When we speak of modern civilization, we mean a civilization dominated by the culture of the great metropolitan centres. It is in the large cities that the tempo of a modern civilization is determined and the tendency of mechanical inventions as well as economic policy is to create an irresistible desire for migration from the country towards the city. The deep and abiding traditions of religion will belong to the countryside, for it is here that man earns his daily bread by submitting to the super-human forces, whose behaviour he can only partially control. In majority of the cases, there is not much a farmer can do if he has ploughed ground and planted his seed, except to wait hopefully for rain or sun. In a city, man puts his faith in furnace to keep out the cold, air-conditioners to keep out the heat, and is proudly aware of what poor conditions his ancestors endured. The modern man has at his disposal the machinery of intelligence—the press, the radio, motion picture, the TV and the like. These have enormously multiplied the number of unseen events and strange beliefs and queer doings with which he is to be concerned. They compel him to pay attention to facts which are detached from their background, their causes and their consequences and are only half known because they are not seen or touched or actually heard.
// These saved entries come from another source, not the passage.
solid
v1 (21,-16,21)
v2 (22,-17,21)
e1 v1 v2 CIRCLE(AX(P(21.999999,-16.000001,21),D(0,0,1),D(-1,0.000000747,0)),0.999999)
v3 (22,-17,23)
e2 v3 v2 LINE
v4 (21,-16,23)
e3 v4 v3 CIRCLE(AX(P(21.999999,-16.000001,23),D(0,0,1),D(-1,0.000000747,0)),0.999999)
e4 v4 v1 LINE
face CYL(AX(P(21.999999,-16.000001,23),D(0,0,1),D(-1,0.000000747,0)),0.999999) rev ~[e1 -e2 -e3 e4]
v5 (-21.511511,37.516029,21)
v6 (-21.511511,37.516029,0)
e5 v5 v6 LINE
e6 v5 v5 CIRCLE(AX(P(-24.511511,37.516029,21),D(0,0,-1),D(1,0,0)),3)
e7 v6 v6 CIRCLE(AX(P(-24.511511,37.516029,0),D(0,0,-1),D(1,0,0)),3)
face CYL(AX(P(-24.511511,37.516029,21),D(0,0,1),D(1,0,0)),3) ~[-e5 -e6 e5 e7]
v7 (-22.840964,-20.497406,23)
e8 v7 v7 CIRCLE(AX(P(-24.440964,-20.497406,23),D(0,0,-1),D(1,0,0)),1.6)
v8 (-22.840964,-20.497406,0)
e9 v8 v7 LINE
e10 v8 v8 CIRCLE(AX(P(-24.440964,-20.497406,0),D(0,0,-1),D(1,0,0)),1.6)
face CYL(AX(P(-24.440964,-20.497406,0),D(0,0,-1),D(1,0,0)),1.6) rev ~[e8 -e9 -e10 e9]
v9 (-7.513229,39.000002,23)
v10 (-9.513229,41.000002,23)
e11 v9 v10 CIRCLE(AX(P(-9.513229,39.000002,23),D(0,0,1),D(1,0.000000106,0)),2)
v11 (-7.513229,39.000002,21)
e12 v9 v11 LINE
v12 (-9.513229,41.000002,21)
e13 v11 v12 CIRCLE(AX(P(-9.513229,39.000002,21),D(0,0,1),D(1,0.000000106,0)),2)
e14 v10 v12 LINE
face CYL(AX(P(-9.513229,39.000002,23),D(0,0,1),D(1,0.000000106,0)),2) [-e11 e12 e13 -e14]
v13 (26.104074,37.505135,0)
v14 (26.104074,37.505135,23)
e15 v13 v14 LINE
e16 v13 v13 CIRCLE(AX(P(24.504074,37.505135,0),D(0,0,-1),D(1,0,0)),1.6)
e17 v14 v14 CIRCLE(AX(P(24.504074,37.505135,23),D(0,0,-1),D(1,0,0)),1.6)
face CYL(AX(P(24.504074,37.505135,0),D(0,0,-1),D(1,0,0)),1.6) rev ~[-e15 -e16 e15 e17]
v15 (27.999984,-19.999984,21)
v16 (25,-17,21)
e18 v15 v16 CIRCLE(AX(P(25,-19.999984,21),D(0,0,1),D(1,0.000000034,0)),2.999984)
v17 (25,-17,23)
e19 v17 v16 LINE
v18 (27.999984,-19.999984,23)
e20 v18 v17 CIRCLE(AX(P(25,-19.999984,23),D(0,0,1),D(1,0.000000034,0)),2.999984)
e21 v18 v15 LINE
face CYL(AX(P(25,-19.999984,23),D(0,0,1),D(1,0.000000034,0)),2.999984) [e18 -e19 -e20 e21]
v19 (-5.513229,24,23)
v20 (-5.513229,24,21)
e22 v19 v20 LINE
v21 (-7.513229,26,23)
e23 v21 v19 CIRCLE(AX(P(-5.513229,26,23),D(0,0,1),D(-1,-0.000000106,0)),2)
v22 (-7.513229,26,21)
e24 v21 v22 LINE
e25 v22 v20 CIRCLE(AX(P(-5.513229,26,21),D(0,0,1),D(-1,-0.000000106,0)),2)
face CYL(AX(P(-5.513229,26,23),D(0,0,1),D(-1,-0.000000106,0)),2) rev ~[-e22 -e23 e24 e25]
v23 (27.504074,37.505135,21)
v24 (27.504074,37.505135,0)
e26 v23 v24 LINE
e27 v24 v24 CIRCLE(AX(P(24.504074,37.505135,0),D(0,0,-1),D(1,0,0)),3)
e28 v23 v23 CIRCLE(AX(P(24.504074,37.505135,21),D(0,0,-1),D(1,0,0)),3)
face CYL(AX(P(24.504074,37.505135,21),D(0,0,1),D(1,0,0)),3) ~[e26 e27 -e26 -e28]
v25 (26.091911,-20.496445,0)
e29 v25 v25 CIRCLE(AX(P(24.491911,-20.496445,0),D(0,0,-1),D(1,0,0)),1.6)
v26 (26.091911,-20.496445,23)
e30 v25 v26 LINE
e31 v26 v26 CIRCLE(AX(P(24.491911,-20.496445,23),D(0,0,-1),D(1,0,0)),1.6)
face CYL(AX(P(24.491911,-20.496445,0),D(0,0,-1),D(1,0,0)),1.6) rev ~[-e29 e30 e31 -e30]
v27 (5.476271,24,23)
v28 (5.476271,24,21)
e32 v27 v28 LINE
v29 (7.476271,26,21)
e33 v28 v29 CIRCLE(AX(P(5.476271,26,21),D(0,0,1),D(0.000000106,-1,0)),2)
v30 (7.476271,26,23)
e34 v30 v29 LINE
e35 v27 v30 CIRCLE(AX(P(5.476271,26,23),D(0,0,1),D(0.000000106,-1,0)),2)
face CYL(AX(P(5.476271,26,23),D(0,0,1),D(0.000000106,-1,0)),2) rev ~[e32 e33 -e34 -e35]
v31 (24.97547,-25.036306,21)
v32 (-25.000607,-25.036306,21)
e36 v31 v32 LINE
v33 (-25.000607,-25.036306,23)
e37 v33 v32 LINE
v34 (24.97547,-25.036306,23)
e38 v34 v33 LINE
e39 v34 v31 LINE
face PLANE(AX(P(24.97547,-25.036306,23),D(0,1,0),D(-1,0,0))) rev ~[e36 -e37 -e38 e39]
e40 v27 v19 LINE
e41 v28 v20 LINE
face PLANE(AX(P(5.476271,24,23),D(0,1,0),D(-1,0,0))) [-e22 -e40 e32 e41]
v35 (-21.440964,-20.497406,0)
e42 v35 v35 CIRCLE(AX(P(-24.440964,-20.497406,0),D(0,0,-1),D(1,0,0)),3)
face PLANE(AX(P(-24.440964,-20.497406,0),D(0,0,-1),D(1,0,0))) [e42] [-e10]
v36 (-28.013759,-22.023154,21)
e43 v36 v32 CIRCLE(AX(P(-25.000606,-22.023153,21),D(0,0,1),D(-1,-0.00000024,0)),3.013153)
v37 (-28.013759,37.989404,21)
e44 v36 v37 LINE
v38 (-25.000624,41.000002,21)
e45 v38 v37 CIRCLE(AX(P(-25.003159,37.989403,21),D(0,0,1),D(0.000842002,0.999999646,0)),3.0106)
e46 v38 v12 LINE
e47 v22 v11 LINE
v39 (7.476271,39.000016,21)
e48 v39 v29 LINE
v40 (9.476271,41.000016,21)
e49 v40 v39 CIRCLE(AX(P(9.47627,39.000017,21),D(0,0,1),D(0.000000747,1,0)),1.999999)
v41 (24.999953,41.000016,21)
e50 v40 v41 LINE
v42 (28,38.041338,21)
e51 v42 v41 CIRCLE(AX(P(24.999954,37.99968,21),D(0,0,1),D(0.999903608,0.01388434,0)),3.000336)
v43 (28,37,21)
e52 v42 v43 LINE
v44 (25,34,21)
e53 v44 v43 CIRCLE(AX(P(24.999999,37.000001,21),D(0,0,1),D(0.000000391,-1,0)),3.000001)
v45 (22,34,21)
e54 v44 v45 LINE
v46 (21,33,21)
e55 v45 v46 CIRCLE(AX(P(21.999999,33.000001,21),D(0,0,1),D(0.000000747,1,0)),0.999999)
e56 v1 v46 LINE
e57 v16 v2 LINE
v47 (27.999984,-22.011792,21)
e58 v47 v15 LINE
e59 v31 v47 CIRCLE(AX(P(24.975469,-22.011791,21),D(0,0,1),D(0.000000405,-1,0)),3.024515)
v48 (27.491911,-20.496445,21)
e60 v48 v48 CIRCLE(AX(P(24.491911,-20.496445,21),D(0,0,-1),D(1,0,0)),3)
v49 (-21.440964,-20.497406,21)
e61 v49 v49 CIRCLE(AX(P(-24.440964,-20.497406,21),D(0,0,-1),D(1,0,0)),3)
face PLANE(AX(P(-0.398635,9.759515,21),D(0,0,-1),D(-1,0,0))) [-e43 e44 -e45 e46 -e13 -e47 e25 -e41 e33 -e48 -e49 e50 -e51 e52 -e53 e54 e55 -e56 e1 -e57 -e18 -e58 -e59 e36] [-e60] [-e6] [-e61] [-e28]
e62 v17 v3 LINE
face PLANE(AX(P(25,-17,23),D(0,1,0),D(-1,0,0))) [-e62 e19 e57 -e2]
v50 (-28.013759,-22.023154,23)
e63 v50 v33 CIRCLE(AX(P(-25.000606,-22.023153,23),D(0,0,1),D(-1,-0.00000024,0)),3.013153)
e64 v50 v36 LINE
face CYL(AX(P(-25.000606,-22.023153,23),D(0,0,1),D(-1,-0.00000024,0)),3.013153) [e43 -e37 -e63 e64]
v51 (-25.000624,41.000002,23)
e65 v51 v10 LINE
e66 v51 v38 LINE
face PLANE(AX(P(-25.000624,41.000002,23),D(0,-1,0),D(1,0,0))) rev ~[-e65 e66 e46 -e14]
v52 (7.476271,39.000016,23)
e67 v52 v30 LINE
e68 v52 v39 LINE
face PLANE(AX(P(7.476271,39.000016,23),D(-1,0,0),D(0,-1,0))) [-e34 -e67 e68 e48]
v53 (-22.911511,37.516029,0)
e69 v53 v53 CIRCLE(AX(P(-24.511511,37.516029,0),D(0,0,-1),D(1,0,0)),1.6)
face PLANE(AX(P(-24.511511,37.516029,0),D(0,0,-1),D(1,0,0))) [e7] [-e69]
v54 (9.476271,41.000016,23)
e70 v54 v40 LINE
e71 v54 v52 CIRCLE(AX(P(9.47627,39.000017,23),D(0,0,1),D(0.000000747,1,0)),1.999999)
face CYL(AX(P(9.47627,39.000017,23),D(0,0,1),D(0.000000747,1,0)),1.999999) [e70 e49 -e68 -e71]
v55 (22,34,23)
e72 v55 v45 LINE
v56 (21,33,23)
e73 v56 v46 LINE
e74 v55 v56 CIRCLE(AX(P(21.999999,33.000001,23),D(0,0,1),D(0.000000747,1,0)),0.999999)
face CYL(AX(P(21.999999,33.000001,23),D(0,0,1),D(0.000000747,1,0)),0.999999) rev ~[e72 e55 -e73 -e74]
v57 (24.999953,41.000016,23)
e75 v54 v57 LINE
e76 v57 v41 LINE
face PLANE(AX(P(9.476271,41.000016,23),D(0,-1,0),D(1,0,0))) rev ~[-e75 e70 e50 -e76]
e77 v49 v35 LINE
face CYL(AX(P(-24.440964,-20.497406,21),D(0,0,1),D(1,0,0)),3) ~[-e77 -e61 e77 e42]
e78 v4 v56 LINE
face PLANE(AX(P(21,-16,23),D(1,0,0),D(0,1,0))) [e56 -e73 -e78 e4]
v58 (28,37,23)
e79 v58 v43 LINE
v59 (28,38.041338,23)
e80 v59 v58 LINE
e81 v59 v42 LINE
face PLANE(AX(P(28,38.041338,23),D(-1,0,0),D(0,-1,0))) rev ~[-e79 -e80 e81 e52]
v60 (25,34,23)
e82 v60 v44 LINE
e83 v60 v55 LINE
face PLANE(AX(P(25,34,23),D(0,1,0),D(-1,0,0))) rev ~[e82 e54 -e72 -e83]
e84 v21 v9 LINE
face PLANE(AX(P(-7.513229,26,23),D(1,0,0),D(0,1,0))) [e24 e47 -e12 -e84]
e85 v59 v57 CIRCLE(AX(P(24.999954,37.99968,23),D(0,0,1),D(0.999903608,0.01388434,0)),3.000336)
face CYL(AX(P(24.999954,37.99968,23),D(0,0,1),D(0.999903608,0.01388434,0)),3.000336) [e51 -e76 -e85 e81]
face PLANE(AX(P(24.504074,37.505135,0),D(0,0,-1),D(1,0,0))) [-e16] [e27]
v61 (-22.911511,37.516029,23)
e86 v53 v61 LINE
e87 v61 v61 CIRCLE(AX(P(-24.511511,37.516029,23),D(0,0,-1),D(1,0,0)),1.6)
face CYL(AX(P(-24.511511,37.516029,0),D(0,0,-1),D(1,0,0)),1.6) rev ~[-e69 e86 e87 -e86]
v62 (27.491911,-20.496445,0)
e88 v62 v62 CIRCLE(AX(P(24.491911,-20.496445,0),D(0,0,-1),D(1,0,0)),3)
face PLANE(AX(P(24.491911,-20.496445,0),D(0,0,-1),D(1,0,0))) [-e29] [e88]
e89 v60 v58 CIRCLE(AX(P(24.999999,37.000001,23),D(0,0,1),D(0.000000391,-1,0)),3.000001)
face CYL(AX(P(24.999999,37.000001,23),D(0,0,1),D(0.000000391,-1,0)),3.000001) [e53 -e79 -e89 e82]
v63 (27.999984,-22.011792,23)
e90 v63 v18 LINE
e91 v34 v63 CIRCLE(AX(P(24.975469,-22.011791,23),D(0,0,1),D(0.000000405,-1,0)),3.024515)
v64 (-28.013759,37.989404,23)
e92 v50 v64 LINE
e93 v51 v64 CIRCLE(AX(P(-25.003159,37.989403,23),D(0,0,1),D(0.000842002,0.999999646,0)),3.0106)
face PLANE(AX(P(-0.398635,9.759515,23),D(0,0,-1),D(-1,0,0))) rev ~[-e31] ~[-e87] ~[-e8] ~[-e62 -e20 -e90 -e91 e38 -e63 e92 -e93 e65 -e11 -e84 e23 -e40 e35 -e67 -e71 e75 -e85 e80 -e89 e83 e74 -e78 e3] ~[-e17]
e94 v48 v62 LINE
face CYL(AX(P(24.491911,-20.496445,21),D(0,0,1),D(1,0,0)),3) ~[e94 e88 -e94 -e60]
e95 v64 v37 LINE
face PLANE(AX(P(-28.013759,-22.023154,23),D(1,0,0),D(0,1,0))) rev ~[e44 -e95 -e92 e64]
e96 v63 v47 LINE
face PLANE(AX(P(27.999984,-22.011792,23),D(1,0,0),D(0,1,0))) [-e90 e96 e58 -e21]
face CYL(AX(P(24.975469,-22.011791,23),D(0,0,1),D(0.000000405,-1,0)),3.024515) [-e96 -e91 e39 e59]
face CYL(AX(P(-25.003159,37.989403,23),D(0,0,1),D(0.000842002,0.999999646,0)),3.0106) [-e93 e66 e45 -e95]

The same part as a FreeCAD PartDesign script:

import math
import FreeCAD as App
import Part
import Sketcher

V = App.Vector

doc = App.newDocument("Part")
body = doc.addObject("PartDesign::Body", "Body")

# Sketch on XY plane
sketch1 = body.newObject("Sketcher::SketchObject", "Sketch")
sketch1.AttachmentSupport = (doc.getObject("XY_Plane"), [""])
sketch1.MapMode = "FlatFace"
sketch1.addGeometry(Part.LineSegment(V(-25.000607, -25.036306, 0), V(24.97547, -25.036306, 0)), False)
sketch1.addGeometry(Part.ArcOfCircle(Part.Circle(V(24.975469, -22.011791, 0), V(0, 0, 1), 3.024515), math.radians(-89.999977), math.radians(-0.000023)), False)
sketch1.addGeometry(Part.LineSegment(V(27.999984, -22.011792, 0), V(27.999984, -19.999984, 0)), False)
sketch1.addGeometry(Part.ArcOfCircle(Part.Circle(V(25, -19.999984, 0), V(0, 0, 1), 2.999984), math.radians(0.000002), math.radians(89.999998)), False)
sketch1.addGeometry(Part.LineSegment(V(25, -17, 0), V(22, -17, 0)), False)
sketch1.addGeometry(Part.ArcOfCircle(Part.Circle(V(21.999999, -16.000001, 0), V(0, 0, 1), 0.999999), math.radians(179.999957), math.radians(270.000043)), False)
sketch1.addGeometry(Part.LineSegment(V(21, -16, 0), V(21, 33, 0)), False)
sketch1.addGeometry(Part.ArcOfCircle(Part.Circle(V(21.999999, 33.000001, 0), V(0, 0, 1), 0.999999), math.radians(89.999957), math.radians(180.000043)), False)
sketch1.addGeometry(Part.LineSegment(V(22, 34, 0), V(25, 34, 0)), False)
sketch1.addGeometry(Part.ArcOfCircle(Part.Circle(V(24.999999, 37.000001, 0), V(0, 0, 1), 3.000001), math.radians(-89.999978), math.radians(-0.000022)), False)
sketch1.addGeometry(Part.LineSegment(V(28, 37, 0), V(28, 38.041338, 0)), False)
sketch1.addGeometry(Part.ArcOfCircle(Part.Circle(V(24.999954, 37.99968, 0), V(0, 0, 1), 3.000336), math.radians(0.79554), math.radians(90.00001)), False)
sketch1.addGeometry(Part.LineSegment(V(24.999953, 41.000016, 0), V(9.476271, 41.000016, 0)), False)
sketch1.addGeometry(Part.ArcOfCircle(Part.Circle(V(9.47627, 39.000017, 0), V(0, 0, 1), 1.999999), math.radians(89.999957), math.radians(180.000043)), False)
sketch1.addGeometry(Part.LineSegment(V(7.476271, 39.000016, 0), V(7.476271, 26, 0)), False)
sketch1.addGeometry(Part.ArcOfCircle(Part.Circle(V(5.476271, 26, 0), V(0, 0, 1), 2), math.radians(-89.999994), math.radians(-0.000006)), False)
sketch1.addGeometry(Part.LineSegment(V(5.476271, 24, 0), V(-5.513229, 24, 0)), False)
These experiences appear to him having no beginning, no middle and no end, mere flashes of publicity playing fitfully upon a dark tangle of circumstance.
The effect of modernity then is to specialize and to intensify our isolated activities. Once all things were phases of a single destiny. The Church, the State, the family, the society were all means to the same end, the rights and duties of the individual in society, the rules of morality, the themes of art, and the teachings of science, were all ways of revealing, of celebrating, of applying the laws laid down in the divine constitution of the universe. In the modern world institutions are more or less independent, each serving its own proximate purpose and our culture is really a collection of different interests, each sovereign within its own realm. The separation of activities has its counterpart in a separation of selves; life of a modern man is not so much the history of a single soul; it is rather a play of many, actors within a single body.